This is how we conclude the entities from the requirement document and the remaining part defines the attributes of that object/entity, what does the value these attributes can contain and it will become our constraints on that attribute. And we conclude the relationship in the same way from our requirement document file.
Once all the entity types we display in the diagram, we can start adding representation for the fact type. Remember there are various ways to represent fact types in the ERD. We can represent fact types as entities, attributes or we can identify them as relationships.
Now, suppose we add one more attribute.
Now, let’s take a look at this example.
Now look here we’ve 2 entities and we know that 1 league can contain many members for participation and one member can participate in multiple leagues. So here is the relationship is many to many. If you want to learn how to identify the relationship and make the ERD of the entities here we’ve some video tutorials where you can easily understand how to make ERD of any object.
Sometimes when we have the collection of fact types, we use some of the fact types as normal fact types and some fact types we use for the attributes and for the relationship. Let’s suppose we’ve multiple records for one member.
In such kind of cases, we need to handle this by creating one more entity Reservation. When we’re working with the database, sometimes, to clear the relationship of 2 entities, we create a 3
rd table and we place the repeating records in that 3
rd entity. In most of the cases, when the relationship is Many-to-Many, the third table is automatically created if we don’t create it manually. But if we create the 3
rd table our own than we can assign the data to it which is repeating again and again for a specific record.
Relational Database Design
The Entity-Relationship model is great for the design process. It enables the user to make a quick overview of the complete model. However, it is not very much useful when we’re developing the database. The elements in the ER Model do map relatively close to the elements in the relational database but the mapping is not exactly on one. We can’t directly go inside the Relational database design, ERD is the best tool for quick overview inside of the data model. That’s why we should start with ERD first. And then we convert ERD to Relational.

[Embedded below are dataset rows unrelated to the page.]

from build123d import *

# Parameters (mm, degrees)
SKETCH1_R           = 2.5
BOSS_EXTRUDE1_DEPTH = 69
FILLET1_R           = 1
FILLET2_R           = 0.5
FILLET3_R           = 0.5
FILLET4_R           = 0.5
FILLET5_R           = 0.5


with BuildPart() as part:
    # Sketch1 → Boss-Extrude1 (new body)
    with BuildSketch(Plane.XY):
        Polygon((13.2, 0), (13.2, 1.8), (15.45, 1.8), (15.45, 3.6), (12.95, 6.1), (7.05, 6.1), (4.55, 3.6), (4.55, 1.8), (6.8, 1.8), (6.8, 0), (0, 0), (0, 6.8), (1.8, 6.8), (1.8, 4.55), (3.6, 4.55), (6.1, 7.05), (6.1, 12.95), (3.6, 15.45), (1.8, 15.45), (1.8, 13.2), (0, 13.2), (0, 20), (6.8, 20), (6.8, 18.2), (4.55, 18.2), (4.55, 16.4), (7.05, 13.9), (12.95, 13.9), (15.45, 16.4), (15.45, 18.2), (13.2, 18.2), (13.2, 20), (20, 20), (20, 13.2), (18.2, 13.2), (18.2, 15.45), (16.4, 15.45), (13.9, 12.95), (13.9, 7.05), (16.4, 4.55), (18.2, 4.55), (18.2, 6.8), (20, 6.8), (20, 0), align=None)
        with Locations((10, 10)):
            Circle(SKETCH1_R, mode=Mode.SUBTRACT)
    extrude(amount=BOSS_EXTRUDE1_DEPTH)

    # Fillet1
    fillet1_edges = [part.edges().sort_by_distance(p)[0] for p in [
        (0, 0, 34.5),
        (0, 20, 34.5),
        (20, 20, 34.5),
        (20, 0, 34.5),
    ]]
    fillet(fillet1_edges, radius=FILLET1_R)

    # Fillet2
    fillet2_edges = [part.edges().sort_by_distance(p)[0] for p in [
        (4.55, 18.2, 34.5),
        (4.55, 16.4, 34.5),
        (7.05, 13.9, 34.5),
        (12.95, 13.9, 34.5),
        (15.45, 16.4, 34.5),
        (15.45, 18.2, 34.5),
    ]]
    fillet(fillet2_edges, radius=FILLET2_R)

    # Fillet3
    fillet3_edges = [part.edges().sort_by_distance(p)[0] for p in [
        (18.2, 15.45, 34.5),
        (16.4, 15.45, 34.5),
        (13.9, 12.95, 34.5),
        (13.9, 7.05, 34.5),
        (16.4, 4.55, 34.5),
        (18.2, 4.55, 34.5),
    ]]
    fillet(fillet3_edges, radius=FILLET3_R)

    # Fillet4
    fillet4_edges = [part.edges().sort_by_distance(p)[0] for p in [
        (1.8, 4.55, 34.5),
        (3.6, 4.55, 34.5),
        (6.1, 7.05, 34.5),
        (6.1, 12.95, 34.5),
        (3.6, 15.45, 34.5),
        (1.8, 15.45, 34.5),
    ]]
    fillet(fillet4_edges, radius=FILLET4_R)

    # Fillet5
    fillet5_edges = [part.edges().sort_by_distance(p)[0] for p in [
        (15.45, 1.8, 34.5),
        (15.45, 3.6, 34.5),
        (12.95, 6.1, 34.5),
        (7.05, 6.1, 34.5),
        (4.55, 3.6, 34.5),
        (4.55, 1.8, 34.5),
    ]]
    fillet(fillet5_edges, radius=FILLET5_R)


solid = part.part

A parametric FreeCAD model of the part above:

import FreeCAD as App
import Part
import Sketcher


def edges_at(feature, points):
    """Names of the edges that pass closest to the given points."""
    edges = feature.Shape.Edges
    near = lambda p: min(range(len(edges)), key=lambda i: edges[i].distToShape(Part.Vertex(*p))[0])
    return sorted({f"Edge{near(p) + 1}" for p in points})


def add_polygon(sketch, points):
    """Adds a closed chain of lines whose ends are joined by coincident constraints."""
    first, n = sketch.GeometryCount, len(points)
    for a, b in zip(points, points[1:] + points[:1]):
        sketch.addGeometry(Part.LineSegment(App.Vector(*a, 0), App.Vector(*b, 0)), False)
    for i in range(n):
        sketch.addConstraint(Sketcher.Constraint("Coincident", first + i, 2, first + (i + 1) % n, 1))

doc = App.newDocument("Part")
body = doc.addObject("PartDesign::Body", "Body")

sketch1 = body.newObject("Sketcher::SketchObject", "Sketch")
sketch1.AttachmentSupport = (doc.getObject("XY_Plane"), [""])
sketch1.MapMode = "FlatFace"
add_polygon(sketch1, [(13.2, 1.8), (13.2, 0), (20, 0), (20, 6.8), (18.2, 6.8), (18.2, 4.5), (16.4, 4.5), (13.9, 7), (13.9, 12.9), (16.4, 15.4), (18.2, 15.4), (18.2, 13.2), (20, 13.2), (20, 20), (13.2, 20), (13.2, 18.2), (15.4, 18.2), (15.4, 16.4), (12.9, 13.9), (7, 13.9), (4.5, 16.4), (4.5, 18.2), (6.8, 18.2), (6.8, 20), (0, 20), (0, 13.2), (1.8, 13.2), (1.8, 15.4), (3.6, 15.4), (6.1, 12.9), (6.1, 7), (3.6, 4.5), (1.8, 4.5), (1.8, 6.8), (0, 6.8), (0, 0), (6.8, 0), (6.8, 1.8), (4.5, 1.8), (4.5, 3.6), (7, 6.1), (12.9, 6.1), (15.4, 3.6), (15.4, 1.8)])
sketch1.addGeometry(Part.Circle(App.Vector(10, 10, 0), App.Vector(0, 0, 1), 2.5), False)
sketch1.addConstraint(Sketcher.Constraint("Vertical", 0))
sketch1.addConstraint(Sketcher.Constraint("Horizontal", 1))
sketch1.addConstraint(Sketcher.Constraint("Vertical", 2))
sketch1.addConstraint(Sketcher.Constraint("Horizontal", 3))
sketch1.addConstraint(Sketcher.Constraint("Vertical", 4))
sketch1.addConstraint(Sketcher.Constraint("Horizontal", 5))
sketch1.addConstraint(Sketcher.Constraint("Vertical", 7))
sketch1.addConstraint(Sketcher.Constraint("Horizontal", 9))
sketch1.addConstraint(Sketcher.Constraint("Vertical", 10))
sketch1.addConstraint(Sketcher.Constraint("Horizontal", 11))
sketch1.addConstraint(Sketcher.Constraint("Vertical", 12))
sketch1.addConstraint(Sketcher.Constraint("Horizontal", 13))
sketch1.addConstraint(Sketcher.Constraint("Vertical", 14))
sketch1.addConstraint(Sketcher.Constraint("Horizontal", 15))
sketch1.addConstraint(Sketcher.Constraint("Vertical", 16))
sketch1.addConstraint(Sketcher.Constraint("Horizontal", 18))
sketch1.addConstraint(Sketcher.Constraint("Vertical", 20))
sketch1.addConstraint(Sketcher.Constraint("Horizontal", 21))
sketch1.addConstraint(Sketcher.Constraint("Vertical", 22))
sketch1.addConstraint(Sketcher.Constraint("Horizontal", 23))
sketch1.addConstraint(Sketcher.Constraint("Vertical", 24))
sketch1.addConstraint(Sketcher.Constraint("Horizontal", 25))
sketch1.addConstraint(Sketcher.Constraint("Vertical", 26))
sketch1.addConstraint(Sketcher.Constraint("Horizontal", 27))
sketch1.addConstraint(Sketcher.Constraint("Vertical", 29))
sketch1.addConstraint(Sketcher.Constraint("Horizontal", 31))
sketch1.addConstraint(Sketcher.Constraint("Vertical", 32))
sketch1.addConstraint(Sketcher.Constraint("Horizontal", 33))
sketch1.addConstraint(Sketcher.Constraint("Vertical", 34))
sketch1.addConstraint(Sketcher.Constraint("Horizontal", 35))
sketch1.addConstraint(Sketcher.Constraint("Vertical", 36))
sketch1.addConstraint(Sketcher.Constraint("Horizontal", 37))
sketch1.addConstraint(Sketcher.Constraint("Vertical", 38))
sketch1.addConstraint(Sketcher.Constraint("Horizontal", 40))
sketch1.addConstraint(Sketcher.Constraint("Vertical", 42))
sketch1.addConstraint(Sketcher.Constraint("Horizontal", 43))
sketch1.addConstraint(Sketcher.Constraint("Coincident", 34, 2, -1, 1))
sketch1.addConstraint(Sketcher.Constraint("PointOnObject", 0, 2, -1))
sketch1.addConstraint(Sketcher.Constraint("PointOnObject", 23, 2, -2))
sketch1.addConstraint(Sketcher.Constraint("Perpendicular", 6, 8))
sketch1.addConstraint(Sketcher.Constraint("Parallel", 8, 17))
sketch1.addConstraint(Sketcher.Constraint("Perpendicular", 17, 19))
sketch1.addConstraint(Sketcher.Constraint("Parallel", 19, 28))
sketch1.addConstraint(Sketcher.Constraint("Perpendicular", 28, 30))
sketch1.addConstraint(Sketcher.Constraint("Parallel", 30, 39))
sketch1.addConstraint(Sketcher.Constraint("Perpendicular", 39, 41))
sketch1.addConstraint(Sketcher.Constraint("Horizontal", 16, 2, 19, 2))
sketch1.addConstraint(Sketcher.Constraint("Horizontal", 15, 2, 20, 2))
sketch1.addConstraint(Sketcher.Constraint("Horizontal", 13, 2, 22, 2))
sketch1.addConstraint(Sketcher.Constraint("Horizontal", 11, 2, 24, 2))
sketch1.addConstraint(Sketcher.Constraint("Horizontal", 9, 2, 26, 2))
sketch1.addConstraint(Sketcher.Constraint("Horizontal", 7, 2, 28, 2))
sketch1.addConstraint(Sketcher.Constraint("Horizontal", 6, 2, 29, 2))
sketch1.addConstraint(Sketcher.Constraint("Horizontal", 5, 2, 30, 2))
sketch1.addConstraint(Sketcher.Constraint("Horizontal", 3, 2, 32, 2))
sketch1.addConstraint(Sketcher.Constraint("Horizontal", 38, 2, 41, 2))
sketch1.addConstraint(Sketcher.Constraint("Horizontal", 37, 2, 42, 2))
sketch1.addConstraint(Sketcher.Constraint("Vertical", 5, 2, 8, 2))
sketch1.addConstraint(Sketcher.Constraint("Vertical", 4, 2, 9, 2))
sketch1.addConstraint(Sketcher.Constraint("Vertical", 2, 2, 11, 2))
sketch1.addConstraint(Sketcher.Constraint("Vertical", 0, 2, 13, 2))
sketch1.addConstraint(Sketcher.Constraint("Vertical", 27, 2, 30, 2))
sketch1.addConstraint(Sketcher.Constraint("Vertical", 26, 2, 31, 2))
sketch1.addConstraint(Sketcher.Constraint("Vertical", 22, 2, 35, 2))
sketch1.addConstraint(Sketcher.Constraint("Vertical", 20, 2, 37, 2))
sketch1.addConstraint(Sketcher.Constraint("Vertical", 18, 2, 39, 2))
sketch1.addConstraint(Sketcher.Constraint("Vertical", 17, 2, 40, 2))
sketch1.addConstraint(Sketcher.Constraint("Equal", 3, 5))
sketch1.addConstraint(Sketcher.Constraint("Equal", 15, 21))
sketch1.addConstraint(Sketcher.Constraint("Equal", 13, 23))
sketch1.addConstraint(Sketcher.Constraint("Equal", 11, 25))
sketch1.addConstraint(Sketcher.Constraint("Equal", 25, 27))
sketch1.addConstraint(Sketcher.Constraint("Equal", 33, 0))
sketch1.addConstraint(Sketcher.Constraint("Equal", 35, 2))
sketch1.addConstraint(Sketcher.Constraint("Equal", 43, 4))
sketch1.addConstraint(Sketcher.Constraint("Equal", 40, 7))
sketch1.addConstraint(Sketcher.Constraint("Equal", 4, 10))
sketch1.addConstraint(Sketcher.Constraint("Equal", 2, 12))
sketch1.addConstraint(Sketcher.Constraint("Equal", 0, 14))
sketch1.addConstraint(Sketcher.Constraint("Equal", 14, 16))
sketch1.addConstraint(Sketcher.Constraint("Equal", 36, 38))
sketch1.addConstraint(Sketcher.Constraint("Equal", 8, 17))
sketch1.addConstraint(Sketcher.Constraint("Diameter", 44, 5.0))
sketch1.addConstraint(Sketcher.Constraint("DistanceX", 1, 1, 1, 2, 6.8))
sketch1.addConstraint(Sketcher.Constraint("DistanceX", 3, 2, 3, 1, 1.8))
sketch1.addConstraint(Sketcher.Constraint("DistanceX", 18, 2, 18, 1, 5.9))
sketch1.addConstraint(Sketcher.Constraint("DistanceX", -1, 1, 44, 3, 10.0))
sketch1.addConstraint(Sketcher.Constraint("DistanceY", -1, 1, 44, 3, 10.0))
sketch1.addConstraint(Sketcher.Constraint("DistanceX", -1, 1, 1, 2, 20.0))
sketch1.addConstraint(Sketcher.Constraint("DistanceX", 15, 1, 15, 2, 2.25))
pad1 = body.newObject("PartDesign::Pad", "Pad")
pad1.Profile = sketch1
pad1.Length = 69
doc.recompute()

fillet = body.newObject("PartDesign::Fillet", "Fillet")
fillet.Base = (pad1, edges_at(pad1, [
    (0, 0, 34.5),
    (0, 20, 34.5),
    (20, 20, 34.5),
    (20, 0, 34.5),
]))
fillet.Radius = 1
doc.recompute()

fillet2 = body.newObject("PartDesign::Fillet", "Fillet001")
fillet2.Base = (fillet, edges_at(fillet, [
    (4.55, 18.2, 34.5),
    (4.55, 16.4, 34.5),
    (7.05, 13.9, 34.5),
    (12.95, 13.9, 34.5),
    (15.45, 16.4, 34.5),
    (15.45, 18.2, 34.5),
]))
fillet2.Radius = 0.5
doc.recompute()

fillet3 = body.newObject("PartDesign::Fillet", "Fillet002")
fillet3.Base = (fillet2, edges_at(fillet2, [
    (18.2, 15.45, 34.5),
    (16.4, 15.45, 34.5),
    (13.9, 12.95, 34.5),
    (13.9, 7.05, 34.5),
    (16.4, 4.55, 34.5),
    (18.2, 4.55, 34.5),
]))
fillet3.Radius = 0.5
doc.recompute()

fillet4 = body.newObject("PartDesign::Fillet", "Fillet003")
fillet4.Base = (fillet3, edges_at(fillet3, [
    (1.8, 4.55, 34.5),
    (3.6, 4.55, 34.5),
    (6.1, 7.05, 34.5),
    (6.1, 12.95, 34.5),
    (3.6, 15.45, 34.5),
    (1.8, 15.45, 34.5),
]))
fillet4.Radius = 0.5
doc.recompute()

fillet5 = body.newObject("PartDesign::Fillet", "Fillet004")
fillet5.Base = (fillet4, edges_at(fillet4, [
    (15.45, 1.8, 34.5),
    (15.45, 3.6, 34.5),
    (12.95, 6.1, 34.5),
    (7.05, 6.1, 34.5),
    (4.55, 3.6, 34.5),
    (4.55, 1.8, 34.5),
]))
fillet5.Radius = 0.5

doc.recompute()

Sometimes we convert back from the relational model to the ER model, it is because it provides us a great understanding of the underlying data model.

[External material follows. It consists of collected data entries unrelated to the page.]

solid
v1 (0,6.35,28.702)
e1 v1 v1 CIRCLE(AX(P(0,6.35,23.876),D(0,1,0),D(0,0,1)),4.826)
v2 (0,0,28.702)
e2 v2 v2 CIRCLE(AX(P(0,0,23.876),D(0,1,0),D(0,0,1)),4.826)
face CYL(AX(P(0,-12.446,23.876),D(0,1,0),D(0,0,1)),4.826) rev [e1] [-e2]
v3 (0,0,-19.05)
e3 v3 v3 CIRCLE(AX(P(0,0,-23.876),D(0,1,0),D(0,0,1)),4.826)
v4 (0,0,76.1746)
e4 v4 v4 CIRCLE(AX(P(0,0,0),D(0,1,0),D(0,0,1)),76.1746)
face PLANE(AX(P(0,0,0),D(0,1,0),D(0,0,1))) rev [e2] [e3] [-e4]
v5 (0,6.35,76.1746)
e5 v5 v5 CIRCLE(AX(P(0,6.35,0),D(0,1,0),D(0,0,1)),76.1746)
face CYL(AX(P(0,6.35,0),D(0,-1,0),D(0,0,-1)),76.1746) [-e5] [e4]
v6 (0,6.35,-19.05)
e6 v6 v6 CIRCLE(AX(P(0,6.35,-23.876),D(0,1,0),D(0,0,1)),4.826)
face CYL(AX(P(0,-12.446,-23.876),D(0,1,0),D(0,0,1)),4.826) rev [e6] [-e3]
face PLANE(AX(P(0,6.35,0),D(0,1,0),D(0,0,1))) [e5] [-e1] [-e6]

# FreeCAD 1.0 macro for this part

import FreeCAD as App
import Part
import Sketcher

V = App.Vector
Q = App.Units.Quantity

doc = App.newDocument("Part")
body = doc.addObject("PartDesign::Body", "Body")

# Sketch on XZ plane
sketch1 = body.newObject("Sketcher::SketchObject", "Sketch")
sketch1.AttachmentSupport = (doc.getObject("XZ_Plane"), [""])
sketch1.MapMode = "FlatFace"
sketch1.addGeometry(Part.Circle(V(0, 0, 0), V(0, 0, 1), 76), False)
sketch1.addConstraint([
    Sketcher.Constraint("Coincident", 0, 3, -1, 1),
    Sketcher.Constraint("Diameter", 0, Q("5.998 in")),
])
pad1 = body.newObject("PartDesign::Pad", "Pad")
pad1.Profile = sketch1
pad1.Length = Q("0.25 in")
pad1.Reversed = True

# Sketch on XZ plane
sketch2 = body.newObject("Sketcher::SketchObject", "Sketch001")
sketch2.AttachmentSupport = (doc.getObject("XZ_Plane"), [""])
sketch2.MapMode = "FlatFace"
sketch2.AttachmentOffset = App.Placement(V(0, 0, -0.25 * 25.4), App.Rotation())
sketch2.addGeometry([
    Part.Circle(V(0, -23.9, 0), V(0, 0, 1), 4.8),
    Part.Circle(V(0, 23.9, 0), V(0, 0, 1), 4.8),
], False)
sketch2.addConstraint([
    Sketcher.Constraint("Equal", 0, 1),
    Sketcher.Constraint("Symmetric", 0, 3, 1, 3, -1, 1),
    Sketcher.Constraint("PointOnObject", 0, 3, -2),
    Sketcher.Constraint("Diameter", 0, Q("0.38 in")),
    Sketcher.Constraint("DistanceY", 0, 3, -1, 1, Q("0.94 in")),
])
pocket1 = body.newObject("PartDesign::Pocket", "Pocket")
pocket1.Profile = sketch2
pocket1.Length = Q("0.74 in")
pocket1.Reversed = True

doc.recompute()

Representation of Relational Design
There are many ways to represent the Relational Design of the database.
It is easy to create and take very little time but the downside is the lack of details in this approach.
Here, the underlying attributes are the keys and here in the compact form, we use dashed underlying keys as Foreign Keys, and sometimes it is Alternate keys.
The next approach is the Data Definition Language (actual SQL statements that can be executed to create the tables). It can contain all the details but it is very verbose and doesn’t work for any non-technical user.
Many programs allow you to easily create representations of the relational model, that looks like this.
Table relationships are lines connecting the tables with a line. And details for keys, optionality, and datatypes are defined in this way.
We can use this notation as well to represent the relational model of the database.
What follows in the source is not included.